## Information supplied

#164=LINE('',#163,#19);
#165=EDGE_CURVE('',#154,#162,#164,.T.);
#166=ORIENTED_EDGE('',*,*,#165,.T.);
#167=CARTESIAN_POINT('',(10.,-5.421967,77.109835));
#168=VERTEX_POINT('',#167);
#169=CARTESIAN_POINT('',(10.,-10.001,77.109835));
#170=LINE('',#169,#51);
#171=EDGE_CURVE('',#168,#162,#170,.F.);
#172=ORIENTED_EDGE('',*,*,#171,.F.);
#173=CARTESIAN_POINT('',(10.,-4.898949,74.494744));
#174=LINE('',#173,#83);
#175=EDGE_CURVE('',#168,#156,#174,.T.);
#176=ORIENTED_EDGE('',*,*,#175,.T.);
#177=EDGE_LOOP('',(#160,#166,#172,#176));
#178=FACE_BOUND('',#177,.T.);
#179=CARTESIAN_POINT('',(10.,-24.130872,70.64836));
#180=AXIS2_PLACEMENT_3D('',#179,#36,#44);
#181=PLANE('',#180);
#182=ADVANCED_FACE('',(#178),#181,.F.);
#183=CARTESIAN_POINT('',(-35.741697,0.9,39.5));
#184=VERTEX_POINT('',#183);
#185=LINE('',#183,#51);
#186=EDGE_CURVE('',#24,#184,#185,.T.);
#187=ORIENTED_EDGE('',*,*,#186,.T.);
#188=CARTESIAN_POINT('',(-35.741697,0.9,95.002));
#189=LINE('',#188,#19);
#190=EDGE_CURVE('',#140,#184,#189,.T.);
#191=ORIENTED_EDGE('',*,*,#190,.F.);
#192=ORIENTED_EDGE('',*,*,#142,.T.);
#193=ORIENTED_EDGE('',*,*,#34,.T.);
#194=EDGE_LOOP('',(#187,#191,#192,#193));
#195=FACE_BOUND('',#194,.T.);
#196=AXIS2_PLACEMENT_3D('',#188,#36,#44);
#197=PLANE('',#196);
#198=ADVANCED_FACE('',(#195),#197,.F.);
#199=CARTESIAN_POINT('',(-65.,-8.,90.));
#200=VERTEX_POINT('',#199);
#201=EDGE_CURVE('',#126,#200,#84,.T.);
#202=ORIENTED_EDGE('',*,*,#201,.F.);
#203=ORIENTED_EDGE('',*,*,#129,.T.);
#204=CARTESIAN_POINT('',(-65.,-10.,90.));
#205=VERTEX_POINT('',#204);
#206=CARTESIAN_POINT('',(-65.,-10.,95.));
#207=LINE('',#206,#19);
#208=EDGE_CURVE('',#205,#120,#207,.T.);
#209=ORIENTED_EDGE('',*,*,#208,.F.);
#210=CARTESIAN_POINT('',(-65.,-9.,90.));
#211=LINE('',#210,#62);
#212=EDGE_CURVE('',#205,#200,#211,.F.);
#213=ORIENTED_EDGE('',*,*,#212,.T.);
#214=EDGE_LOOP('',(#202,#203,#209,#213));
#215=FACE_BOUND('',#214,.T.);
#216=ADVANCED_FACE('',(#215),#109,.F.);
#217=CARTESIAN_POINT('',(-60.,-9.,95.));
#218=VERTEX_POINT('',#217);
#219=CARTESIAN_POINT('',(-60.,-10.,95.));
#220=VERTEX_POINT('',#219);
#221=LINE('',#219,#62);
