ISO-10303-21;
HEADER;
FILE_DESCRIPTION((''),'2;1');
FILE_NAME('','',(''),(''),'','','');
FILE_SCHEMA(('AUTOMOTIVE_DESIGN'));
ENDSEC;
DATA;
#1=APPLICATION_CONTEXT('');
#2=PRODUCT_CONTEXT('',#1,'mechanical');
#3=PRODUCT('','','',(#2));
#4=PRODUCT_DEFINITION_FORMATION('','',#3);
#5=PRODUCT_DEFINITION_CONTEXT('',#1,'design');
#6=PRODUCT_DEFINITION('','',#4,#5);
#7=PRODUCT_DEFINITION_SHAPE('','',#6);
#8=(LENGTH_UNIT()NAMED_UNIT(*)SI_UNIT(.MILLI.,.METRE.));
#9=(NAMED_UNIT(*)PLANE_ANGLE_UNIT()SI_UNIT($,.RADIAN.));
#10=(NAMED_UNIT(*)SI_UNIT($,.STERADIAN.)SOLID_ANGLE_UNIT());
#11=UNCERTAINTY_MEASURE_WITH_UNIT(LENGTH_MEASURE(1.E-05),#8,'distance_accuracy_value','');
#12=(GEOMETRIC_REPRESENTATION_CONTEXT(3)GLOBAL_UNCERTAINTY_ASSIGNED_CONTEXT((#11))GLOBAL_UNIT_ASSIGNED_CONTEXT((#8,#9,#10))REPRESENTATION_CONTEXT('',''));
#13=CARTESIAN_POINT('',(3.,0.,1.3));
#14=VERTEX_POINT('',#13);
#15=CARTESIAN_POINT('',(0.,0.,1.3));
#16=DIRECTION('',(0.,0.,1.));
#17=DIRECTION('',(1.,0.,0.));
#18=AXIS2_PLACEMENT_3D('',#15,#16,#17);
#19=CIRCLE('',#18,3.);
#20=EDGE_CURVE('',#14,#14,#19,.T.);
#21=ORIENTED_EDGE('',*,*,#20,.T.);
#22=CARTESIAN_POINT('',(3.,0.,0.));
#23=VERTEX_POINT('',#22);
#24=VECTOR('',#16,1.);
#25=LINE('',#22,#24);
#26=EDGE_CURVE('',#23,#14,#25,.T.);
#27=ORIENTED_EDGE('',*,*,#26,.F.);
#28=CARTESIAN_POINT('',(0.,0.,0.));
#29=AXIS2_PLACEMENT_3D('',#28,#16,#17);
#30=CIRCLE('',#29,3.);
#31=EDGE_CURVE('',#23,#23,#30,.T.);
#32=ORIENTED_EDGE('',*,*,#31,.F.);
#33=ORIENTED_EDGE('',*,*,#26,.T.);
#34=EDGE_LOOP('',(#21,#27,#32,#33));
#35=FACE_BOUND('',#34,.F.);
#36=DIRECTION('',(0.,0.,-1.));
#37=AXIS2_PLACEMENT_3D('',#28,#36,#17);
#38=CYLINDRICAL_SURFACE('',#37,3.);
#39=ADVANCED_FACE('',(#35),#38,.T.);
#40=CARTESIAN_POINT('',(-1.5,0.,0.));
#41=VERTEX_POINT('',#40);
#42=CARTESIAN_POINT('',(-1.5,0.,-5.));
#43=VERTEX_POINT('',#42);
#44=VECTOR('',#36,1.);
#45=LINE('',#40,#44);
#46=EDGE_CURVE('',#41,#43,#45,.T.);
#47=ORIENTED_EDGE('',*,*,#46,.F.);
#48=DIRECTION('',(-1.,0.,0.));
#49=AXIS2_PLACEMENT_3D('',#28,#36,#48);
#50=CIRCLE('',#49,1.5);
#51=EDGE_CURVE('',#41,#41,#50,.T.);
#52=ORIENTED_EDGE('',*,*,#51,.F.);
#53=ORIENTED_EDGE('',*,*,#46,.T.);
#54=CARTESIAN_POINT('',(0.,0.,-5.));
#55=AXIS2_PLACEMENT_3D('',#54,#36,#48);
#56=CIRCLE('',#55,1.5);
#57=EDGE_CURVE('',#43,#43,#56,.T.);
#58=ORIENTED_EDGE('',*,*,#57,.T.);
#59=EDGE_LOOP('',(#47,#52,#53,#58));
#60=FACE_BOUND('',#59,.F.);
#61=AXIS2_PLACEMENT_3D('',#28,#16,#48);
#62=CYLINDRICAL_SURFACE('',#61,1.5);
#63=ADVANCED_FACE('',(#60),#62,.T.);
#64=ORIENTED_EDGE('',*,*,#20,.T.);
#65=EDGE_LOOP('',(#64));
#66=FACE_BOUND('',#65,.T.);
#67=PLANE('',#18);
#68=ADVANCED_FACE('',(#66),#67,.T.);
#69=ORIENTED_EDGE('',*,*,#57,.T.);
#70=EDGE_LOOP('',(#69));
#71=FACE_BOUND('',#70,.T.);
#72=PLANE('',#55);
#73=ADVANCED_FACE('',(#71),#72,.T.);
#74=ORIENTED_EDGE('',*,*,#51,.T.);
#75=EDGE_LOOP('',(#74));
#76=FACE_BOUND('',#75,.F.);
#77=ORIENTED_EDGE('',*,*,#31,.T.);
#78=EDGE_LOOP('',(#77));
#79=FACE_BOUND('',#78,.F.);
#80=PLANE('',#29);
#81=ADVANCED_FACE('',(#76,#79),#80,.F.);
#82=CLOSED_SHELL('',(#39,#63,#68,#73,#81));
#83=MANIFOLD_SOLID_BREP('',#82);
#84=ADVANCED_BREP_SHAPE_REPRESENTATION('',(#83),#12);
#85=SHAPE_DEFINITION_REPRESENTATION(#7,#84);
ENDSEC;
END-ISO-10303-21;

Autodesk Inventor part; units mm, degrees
ref_plane "YZ Plane" through (0, 0, 0) normal (1, 0, 0) x (0, 1, 0)
ref_plane "XZ Plane" through (0, 0, 0) normal (0, 1, 0) x (-1, 0, 0)
ref_plane "XY Plane" through (0, 0, 0) normal (0, 0, 1) x (1, 0, 0)
sketch "スケッチ1" plane through (0, 0, 0) normal (0, 0, 1) x (1, 0, 0)
  circle A0 centre (0, 0) radius 3
  dimension "d0" = 6
extrude "押し出し1" add sketch "スケッチ1" along normal blind 1.3
sketch "スケッチ2" plane through (0, 0, 0) normal (0, 0, -1) x (-1, 0, 0)
  circle A0 centre (0, 0) radius 1.5
  dimension "d3" = 3
extrude "押し出し2" add sketch "スケッチ2" along normal blind 5
thread "ねじ1" size "M3x0.5" class "6g" standard "ANSI Metric M Profile" full length
properties part number "低頭ネジ(六角穴)m3,5" material "鋼、高強度、低合金"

## Work item
From the data above, show each line that contains "DIRECTION".

## Answer to the problem
#16=DIRECTION('',(0.,0.,1.));
#17=DIRECTION('',(1.,0.,0.));
#36=DIRECTION('',(0.,0.,-1.));
#48=DIRECTION('',(-1.,0.,0.));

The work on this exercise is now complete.